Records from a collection
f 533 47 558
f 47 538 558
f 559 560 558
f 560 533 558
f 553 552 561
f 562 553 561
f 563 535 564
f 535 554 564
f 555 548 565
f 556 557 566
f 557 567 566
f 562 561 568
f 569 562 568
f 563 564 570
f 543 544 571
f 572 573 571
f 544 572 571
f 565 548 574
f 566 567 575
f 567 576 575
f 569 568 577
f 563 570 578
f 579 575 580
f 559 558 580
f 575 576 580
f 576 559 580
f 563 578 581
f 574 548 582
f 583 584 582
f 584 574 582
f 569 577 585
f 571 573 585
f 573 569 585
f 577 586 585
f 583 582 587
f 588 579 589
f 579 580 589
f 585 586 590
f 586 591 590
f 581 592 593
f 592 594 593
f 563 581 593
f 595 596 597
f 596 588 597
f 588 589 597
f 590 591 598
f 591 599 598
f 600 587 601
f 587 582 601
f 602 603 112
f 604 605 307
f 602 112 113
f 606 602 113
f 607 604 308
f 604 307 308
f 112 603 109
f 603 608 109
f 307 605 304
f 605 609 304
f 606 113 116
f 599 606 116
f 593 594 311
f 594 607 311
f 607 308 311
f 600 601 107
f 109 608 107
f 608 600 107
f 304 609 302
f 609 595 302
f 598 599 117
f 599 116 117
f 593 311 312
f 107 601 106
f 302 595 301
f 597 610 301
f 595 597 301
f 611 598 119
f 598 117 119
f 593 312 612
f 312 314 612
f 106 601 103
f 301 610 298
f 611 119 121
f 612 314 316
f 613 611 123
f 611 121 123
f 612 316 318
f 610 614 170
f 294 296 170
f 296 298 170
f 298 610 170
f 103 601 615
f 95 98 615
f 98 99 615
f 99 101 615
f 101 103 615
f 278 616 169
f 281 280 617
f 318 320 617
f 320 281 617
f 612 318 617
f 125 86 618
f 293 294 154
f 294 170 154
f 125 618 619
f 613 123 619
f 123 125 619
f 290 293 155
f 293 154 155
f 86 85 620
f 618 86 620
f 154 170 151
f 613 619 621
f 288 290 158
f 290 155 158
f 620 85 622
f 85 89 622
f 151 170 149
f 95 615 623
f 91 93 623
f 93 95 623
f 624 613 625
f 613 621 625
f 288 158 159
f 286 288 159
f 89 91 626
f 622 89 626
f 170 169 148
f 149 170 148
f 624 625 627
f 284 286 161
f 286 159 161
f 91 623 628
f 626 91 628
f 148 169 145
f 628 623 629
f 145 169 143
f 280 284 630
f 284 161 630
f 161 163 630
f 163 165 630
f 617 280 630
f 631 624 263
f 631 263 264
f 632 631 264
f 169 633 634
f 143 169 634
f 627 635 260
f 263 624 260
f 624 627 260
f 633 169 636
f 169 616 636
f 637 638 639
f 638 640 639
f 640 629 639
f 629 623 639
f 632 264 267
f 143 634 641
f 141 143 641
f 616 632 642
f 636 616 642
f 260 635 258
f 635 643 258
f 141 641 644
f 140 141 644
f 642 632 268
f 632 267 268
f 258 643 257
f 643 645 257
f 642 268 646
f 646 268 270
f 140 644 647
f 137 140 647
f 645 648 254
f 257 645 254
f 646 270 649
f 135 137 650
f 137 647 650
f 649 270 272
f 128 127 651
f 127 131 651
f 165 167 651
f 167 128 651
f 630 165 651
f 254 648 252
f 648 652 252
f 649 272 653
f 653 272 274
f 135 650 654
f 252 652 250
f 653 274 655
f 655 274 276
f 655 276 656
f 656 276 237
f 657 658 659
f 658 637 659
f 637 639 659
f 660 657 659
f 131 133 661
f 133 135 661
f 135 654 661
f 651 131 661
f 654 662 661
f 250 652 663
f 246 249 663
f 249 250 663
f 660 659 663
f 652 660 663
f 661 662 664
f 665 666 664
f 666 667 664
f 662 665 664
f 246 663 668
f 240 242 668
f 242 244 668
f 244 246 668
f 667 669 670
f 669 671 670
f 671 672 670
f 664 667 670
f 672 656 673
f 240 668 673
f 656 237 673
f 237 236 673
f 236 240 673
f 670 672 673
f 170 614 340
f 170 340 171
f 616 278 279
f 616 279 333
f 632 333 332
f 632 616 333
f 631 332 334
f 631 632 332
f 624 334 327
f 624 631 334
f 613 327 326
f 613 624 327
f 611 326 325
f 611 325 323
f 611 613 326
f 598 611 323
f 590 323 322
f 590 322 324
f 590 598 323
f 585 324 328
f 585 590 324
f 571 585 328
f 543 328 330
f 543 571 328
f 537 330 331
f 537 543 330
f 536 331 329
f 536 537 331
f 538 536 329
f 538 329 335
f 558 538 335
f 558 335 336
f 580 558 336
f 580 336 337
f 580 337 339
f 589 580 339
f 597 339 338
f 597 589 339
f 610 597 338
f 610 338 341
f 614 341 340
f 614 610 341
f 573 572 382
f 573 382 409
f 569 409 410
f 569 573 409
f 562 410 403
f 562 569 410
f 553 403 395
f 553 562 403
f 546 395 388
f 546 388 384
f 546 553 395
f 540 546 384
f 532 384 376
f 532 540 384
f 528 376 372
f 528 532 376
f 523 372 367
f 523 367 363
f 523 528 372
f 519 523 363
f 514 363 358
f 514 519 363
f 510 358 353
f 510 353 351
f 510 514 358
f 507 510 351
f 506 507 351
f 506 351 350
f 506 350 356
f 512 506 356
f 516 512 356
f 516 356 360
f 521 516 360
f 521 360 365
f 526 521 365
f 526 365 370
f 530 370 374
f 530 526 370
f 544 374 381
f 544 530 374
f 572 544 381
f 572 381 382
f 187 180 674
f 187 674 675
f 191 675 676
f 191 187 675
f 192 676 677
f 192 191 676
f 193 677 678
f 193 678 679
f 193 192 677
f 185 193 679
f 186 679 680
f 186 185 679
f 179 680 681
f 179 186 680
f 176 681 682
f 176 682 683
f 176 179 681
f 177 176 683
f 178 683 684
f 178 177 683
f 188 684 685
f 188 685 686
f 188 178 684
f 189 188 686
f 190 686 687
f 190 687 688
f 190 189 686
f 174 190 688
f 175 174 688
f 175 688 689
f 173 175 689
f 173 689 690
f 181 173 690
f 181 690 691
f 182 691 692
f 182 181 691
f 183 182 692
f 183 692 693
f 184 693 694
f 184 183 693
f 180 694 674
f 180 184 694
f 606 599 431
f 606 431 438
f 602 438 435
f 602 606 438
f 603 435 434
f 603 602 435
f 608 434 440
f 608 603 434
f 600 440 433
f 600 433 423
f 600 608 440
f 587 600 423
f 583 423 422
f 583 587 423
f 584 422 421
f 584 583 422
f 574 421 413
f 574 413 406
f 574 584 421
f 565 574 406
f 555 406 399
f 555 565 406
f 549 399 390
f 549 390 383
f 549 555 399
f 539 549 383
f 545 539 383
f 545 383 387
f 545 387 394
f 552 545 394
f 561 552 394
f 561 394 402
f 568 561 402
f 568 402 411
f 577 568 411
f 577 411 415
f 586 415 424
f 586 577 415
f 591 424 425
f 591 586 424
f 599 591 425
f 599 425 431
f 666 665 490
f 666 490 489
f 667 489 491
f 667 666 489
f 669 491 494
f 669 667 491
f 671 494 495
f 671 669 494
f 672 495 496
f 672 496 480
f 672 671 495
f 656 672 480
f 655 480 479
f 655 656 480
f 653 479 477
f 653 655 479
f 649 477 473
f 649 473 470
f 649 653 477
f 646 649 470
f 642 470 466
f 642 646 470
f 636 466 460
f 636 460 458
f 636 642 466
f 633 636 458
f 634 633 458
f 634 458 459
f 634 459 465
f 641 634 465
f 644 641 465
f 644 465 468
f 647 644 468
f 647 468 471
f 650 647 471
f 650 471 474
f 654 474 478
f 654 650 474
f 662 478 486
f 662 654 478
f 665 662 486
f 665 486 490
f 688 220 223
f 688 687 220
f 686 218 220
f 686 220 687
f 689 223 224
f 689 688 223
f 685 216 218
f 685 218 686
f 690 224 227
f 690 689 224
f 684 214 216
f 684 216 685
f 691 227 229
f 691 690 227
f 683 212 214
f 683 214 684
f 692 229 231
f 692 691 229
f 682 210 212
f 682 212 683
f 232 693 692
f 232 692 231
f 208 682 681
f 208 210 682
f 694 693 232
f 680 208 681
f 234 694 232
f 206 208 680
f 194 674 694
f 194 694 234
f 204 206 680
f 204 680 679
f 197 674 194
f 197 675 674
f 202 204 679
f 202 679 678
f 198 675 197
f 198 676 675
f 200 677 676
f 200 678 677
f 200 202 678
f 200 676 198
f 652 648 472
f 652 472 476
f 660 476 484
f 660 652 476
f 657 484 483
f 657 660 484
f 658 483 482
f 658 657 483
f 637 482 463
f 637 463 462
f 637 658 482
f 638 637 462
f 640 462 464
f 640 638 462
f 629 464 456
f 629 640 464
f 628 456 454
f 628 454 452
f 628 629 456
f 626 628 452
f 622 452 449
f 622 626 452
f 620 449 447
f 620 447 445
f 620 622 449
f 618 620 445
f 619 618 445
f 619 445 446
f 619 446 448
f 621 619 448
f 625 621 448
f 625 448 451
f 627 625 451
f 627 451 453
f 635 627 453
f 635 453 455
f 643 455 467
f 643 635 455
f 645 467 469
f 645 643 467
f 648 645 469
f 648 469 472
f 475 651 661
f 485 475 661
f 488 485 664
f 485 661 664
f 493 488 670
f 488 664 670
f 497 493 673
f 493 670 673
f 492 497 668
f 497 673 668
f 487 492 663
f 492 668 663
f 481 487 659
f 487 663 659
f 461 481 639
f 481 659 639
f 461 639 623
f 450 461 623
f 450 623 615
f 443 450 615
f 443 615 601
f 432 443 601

---

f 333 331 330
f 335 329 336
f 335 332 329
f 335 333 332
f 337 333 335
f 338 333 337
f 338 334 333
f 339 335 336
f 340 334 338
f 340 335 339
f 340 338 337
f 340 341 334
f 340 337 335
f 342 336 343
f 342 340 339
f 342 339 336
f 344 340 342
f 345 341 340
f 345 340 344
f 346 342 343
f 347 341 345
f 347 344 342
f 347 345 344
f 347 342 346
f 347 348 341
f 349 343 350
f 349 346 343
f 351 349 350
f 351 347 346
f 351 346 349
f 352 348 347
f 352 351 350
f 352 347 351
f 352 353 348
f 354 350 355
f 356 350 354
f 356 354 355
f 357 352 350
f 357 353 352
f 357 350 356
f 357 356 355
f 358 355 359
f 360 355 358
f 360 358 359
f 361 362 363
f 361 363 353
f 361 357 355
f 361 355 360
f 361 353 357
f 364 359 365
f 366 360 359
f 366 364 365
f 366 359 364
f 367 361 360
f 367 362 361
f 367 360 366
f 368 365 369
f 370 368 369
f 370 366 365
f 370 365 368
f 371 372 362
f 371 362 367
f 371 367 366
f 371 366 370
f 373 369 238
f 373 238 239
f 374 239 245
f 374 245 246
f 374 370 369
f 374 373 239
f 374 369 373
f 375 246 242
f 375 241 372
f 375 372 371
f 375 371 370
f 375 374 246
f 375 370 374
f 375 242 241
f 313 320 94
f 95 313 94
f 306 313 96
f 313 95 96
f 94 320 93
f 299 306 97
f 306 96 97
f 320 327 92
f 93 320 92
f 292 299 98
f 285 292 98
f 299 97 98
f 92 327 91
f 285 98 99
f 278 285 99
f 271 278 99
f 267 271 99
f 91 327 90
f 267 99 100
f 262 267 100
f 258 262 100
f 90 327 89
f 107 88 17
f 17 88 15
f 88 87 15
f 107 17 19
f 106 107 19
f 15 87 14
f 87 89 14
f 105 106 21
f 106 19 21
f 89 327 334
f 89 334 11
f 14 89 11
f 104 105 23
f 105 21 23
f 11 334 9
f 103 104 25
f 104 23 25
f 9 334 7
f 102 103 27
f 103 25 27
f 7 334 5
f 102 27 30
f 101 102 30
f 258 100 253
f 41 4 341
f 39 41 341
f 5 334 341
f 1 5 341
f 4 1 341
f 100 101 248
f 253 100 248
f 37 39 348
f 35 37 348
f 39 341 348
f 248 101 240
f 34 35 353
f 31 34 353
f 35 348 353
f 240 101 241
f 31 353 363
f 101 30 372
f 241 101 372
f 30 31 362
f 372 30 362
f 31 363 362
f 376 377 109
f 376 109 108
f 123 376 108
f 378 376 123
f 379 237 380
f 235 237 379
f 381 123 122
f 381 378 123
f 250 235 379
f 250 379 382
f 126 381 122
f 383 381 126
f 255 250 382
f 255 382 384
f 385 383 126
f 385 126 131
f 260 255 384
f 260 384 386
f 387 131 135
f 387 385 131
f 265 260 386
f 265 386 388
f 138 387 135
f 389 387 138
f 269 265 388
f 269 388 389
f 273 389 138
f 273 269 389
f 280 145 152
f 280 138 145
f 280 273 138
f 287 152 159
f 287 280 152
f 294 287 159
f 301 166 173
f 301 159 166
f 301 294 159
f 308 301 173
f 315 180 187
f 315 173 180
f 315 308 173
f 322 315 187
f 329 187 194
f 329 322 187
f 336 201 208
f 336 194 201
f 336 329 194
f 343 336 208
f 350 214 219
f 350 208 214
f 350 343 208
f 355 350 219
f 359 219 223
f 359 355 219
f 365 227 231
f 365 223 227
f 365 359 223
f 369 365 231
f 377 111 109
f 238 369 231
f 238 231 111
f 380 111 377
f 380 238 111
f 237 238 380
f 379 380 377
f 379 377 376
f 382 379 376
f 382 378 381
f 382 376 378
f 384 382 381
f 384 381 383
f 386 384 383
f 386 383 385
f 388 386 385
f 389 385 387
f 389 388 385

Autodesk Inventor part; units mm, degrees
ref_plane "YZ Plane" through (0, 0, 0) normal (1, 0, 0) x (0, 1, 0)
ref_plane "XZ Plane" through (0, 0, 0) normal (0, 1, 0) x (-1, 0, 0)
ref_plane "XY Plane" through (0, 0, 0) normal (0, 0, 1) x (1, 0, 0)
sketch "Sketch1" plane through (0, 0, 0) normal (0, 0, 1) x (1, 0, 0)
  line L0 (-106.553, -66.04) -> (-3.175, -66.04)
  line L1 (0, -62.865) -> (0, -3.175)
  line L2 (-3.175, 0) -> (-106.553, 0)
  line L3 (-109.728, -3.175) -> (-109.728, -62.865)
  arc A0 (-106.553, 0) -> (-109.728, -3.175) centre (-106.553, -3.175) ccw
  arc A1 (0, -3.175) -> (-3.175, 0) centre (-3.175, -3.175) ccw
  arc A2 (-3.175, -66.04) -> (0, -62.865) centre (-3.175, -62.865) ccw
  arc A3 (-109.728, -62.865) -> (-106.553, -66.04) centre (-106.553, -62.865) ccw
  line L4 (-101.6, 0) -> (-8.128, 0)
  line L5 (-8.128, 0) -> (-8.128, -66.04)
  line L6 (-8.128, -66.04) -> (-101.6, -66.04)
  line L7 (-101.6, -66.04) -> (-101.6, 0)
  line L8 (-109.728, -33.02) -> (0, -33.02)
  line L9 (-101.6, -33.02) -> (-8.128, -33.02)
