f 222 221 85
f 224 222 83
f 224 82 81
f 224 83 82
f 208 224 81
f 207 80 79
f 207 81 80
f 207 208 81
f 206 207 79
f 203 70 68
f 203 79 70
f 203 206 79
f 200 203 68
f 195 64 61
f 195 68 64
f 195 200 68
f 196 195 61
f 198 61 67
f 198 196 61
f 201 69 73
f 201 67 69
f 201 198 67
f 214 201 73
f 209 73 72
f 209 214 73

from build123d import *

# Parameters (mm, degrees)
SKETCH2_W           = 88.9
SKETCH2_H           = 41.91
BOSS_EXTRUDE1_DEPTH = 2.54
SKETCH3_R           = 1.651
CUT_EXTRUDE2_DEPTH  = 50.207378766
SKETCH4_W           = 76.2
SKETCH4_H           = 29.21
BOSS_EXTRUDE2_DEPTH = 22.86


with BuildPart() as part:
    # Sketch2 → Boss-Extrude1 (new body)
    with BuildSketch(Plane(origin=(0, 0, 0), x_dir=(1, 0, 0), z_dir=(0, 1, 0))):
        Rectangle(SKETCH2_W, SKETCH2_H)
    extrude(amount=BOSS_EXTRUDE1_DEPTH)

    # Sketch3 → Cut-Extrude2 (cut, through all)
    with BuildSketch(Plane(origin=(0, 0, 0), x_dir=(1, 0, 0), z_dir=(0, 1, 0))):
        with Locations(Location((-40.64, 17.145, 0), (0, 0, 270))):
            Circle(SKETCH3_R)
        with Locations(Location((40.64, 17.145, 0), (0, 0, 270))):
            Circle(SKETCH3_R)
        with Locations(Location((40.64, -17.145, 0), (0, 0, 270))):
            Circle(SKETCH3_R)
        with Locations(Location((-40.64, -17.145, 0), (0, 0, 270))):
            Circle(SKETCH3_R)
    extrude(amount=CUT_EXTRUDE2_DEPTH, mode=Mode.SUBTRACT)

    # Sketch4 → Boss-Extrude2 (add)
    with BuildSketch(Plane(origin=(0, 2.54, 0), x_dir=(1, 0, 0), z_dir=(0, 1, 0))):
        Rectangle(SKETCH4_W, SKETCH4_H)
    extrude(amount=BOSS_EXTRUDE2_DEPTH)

*Problem description*: Please make an exact copy of the lines above from the line with "f 350 343 208" through the line with "line L2 (-3.175, 0) -> (-106.553, 0)", both ends included.

*Your response*:
f 350 343 208
f 355 350 219
f 359 219 223
f 359 355 219
f 365 227 231
f 365 223 227
f 365 359 223
f 369 365 231
f 377 111 109
f 238 369 231
f 238 231 111
f 380 111 377
f 380 238 111
f 237 238 380
f 379 380 377
f 379 377 376
f 382 379 376
f 382 378 381
f 382 376 378
f 384 382 381
f 384 381 383
f 386 384 383
f 386 383 385
f 388 386 385
f 389 385 387
f 389 388 385

Autodesk Inventor part; units mm, degrees
ref_plane "YZ Plane" through (0, 0, 0) normal (1, 0, 0) x (0, 1, 0)
ref_plane "XZ Plane" through (0, 0, 0) normal (0, 1, 0) x (-1, 0, 0)
ref_plane "XY Plane" through (0, 0, 0) normal (0, 0, 1) x (1, 0, 0)
sketch "Sketch1" plane through (0, 0, 0) normal (0, 0, 1) x (1, 0, 0)
  line L0 (-106.553, -66.04) -> (-3.175, -66.04)
  line L1 (0, -62.865) -> (0, -3.175)
  line L2 (-3.175, 0) -> (-106.553, 0)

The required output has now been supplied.